Uncertainty Principles of Encoding GANs

The compelling synthesis results of Generative Adversarial Networks (GANs) demonstrate rich semantic knowledge in their latent codes. To obtain this knowledge for downstream applications, encoding GANs has been proposed to learn encoders, such that real world data can be encoded to latent codes, which can be fed to generators to reconstruct those data. However, despite the theoretical guarantees of precise reconstruction in previous works, current algorithms generally reconstruct inputs with non-negligible deviations from inputs. In this paper we study this predicament of encoding GANs, which is indispensable research for the GAN community.
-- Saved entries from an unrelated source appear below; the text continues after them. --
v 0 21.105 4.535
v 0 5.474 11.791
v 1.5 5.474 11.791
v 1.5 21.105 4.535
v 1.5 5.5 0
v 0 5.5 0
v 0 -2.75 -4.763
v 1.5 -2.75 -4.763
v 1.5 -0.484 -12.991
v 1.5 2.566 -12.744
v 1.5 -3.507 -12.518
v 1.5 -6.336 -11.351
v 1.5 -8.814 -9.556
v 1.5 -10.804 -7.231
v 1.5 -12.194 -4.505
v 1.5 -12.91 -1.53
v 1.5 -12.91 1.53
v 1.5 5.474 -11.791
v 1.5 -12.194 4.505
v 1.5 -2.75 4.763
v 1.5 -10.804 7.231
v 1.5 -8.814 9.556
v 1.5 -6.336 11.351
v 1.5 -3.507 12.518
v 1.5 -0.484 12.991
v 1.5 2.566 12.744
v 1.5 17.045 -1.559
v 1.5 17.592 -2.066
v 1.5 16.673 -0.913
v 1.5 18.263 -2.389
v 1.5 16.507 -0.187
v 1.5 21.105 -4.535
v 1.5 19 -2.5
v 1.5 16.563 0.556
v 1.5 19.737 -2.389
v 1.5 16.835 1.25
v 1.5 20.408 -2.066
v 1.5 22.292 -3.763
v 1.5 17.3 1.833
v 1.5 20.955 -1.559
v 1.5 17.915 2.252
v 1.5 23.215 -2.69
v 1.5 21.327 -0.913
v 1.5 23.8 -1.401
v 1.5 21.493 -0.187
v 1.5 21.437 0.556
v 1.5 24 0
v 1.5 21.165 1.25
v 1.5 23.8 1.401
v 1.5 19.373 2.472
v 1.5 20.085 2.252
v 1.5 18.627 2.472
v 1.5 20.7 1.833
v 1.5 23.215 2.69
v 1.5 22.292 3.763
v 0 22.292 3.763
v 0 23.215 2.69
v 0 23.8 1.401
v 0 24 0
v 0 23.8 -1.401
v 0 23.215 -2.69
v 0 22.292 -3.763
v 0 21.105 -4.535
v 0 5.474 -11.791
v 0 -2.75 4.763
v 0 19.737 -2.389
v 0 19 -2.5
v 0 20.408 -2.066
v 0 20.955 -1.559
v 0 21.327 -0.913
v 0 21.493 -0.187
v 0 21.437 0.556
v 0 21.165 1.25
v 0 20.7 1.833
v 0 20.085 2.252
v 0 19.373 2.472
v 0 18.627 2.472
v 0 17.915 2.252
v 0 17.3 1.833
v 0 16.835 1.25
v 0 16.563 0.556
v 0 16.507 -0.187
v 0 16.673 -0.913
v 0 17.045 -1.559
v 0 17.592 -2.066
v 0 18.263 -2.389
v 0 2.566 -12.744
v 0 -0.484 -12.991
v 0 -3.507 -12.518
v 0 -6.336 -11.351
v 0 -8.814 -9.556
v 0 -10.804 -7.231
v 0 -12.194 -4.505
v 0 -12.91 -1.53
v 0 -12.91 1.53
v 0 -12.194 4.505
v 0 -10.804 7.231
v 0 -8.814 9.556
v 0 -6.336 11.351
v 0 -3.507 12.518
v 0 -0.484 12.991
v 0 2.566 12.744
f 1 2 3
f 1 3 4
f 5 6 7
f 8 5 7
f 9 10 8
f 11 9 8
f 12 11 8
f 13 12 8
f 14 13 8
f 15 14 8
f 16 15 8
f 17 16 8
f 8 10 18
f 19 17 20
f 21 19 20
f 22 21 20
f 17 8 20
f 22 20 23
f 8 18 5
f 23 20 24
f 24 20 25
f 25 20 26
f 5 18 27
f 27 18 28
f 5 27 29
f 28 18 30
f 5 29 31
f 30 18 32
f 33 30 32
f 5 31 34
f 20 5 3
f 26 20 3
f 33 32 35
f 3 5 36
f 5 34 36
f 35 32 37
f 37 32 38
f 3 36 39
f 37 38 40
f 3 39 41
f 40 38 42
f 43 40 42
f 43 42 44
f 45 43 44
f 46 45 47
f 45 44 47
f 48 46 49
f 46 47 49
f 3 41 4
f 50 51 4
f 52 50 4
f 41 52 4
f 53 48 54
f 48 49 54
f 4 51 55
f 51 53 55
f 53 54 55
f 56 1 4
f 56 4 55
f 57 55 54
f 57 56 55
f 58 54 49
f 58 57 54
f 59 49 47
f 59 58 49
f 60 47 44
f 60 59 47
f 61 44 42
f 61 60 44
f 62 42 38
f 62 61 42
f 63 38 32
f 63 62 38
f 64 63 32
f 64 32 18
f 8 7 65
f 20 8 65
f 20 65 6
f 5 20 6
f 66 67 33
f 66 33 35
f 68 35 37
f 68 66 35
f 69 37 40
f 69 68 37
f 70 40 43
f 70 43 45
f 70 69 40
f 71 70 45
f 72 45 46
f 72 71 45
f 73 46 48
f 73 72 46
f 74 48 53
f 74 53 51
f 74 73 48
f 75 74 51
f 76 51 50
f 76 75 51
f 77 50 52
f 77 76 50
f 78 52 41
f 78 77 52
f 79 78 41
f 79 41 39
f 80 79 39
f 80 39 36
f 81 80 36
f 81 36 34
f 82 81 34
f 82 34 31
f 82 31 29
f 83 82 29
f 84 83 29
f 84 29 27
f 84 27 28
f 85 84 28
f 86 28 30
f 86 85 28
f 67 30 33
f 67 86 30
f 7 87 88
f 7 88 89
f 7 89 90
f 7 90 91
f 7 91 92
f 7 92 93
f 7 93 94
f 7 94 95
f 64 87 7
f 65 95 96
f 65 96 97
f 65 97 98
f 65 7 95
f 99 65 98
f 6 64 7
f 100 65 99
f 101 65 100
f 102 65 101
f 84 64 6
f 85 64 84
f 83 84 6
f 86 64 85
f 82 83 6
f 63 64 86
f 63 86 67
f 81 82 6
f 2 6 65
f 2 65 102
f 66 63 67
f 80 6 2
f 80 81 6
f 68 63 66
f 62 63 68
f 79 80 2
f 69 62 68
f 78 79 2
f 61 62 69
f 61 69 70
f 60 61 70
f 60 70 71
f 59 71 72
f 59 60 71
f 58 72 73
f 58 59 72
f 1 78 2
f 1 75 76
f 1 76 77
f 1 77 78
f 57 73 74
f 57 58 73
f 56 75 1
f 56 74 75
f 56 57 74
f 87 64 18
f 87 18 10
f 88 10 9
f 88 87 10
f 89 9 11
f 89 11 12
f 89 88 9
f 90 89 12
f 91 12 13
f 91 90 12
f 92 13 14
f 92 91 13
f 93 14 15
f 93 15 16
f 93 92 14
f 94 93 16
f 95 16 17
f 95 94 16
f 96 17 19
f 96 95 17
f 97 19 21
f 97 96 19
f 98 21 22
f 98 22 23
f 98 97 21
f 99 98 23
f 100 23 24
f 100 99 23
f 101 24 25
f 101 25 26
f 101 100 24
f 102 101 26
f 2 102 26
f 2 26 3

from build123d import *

# Parameters (mm, degrees)
SKETCH1_R           = 2.5
BOSS_EXTRUDE1_DEPTH = 1.5


with BuildPart() as part:
    # Sketch1 → Boss-Extrude1 (new body)
    with BuildSketch(Plane(origin=(0, 0, 0), x_dir=(0, 0, -1), z_dir=(1, 0, 0))):
        with BuildLine():
            Line((-11.791470696, 5.473684211), (-4.535181037, 21.105263158))
            ThreePointArc((-4.535181037, 21.105263158), (0, 24), (4.535181037, 21.105263158))
            Line((4.535181037, 21.105263158), (11.791470696, 5.473684211))
            ThreePointArc((11.791470696, 5.473684211), (0, -13), (-11.791470696, 5.473684211))
        make_face()
        with Locations((0, 19)):
            Circle(SKETCH1_R, mode=Mode.SUBTRACT)
        Polygon((4.763139721, -2.75), (-4.763139721, -2.75), (0, 5.5), align=None, mode=Mode.SUBTRACT)
    extrude(amount=BOSS_EXTRUDE1_DEPTH)


solid = part.part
We prove three uncertainty principles of encoding GANs in practice: a) the perfect' encoder and generator cannot be continuous at the same time, which implies that current framework of encoding GANs is ill-posed and needs rethinking; b) neural networks cannot approximate the underlying encoder and generator precisely at the same time, which explains why we cannot getperfect' encoders and generators as promised in previous theories; c) neural networks cannot be stable and accurate at the same time, which demonstrates the difficulty of training and trade-off between fidelity and disentanglement encountered in previous works. Our work may eliminate gaps between previous theories and empirical results, promote the understanding of GANs, and guide network designs for follow-up works.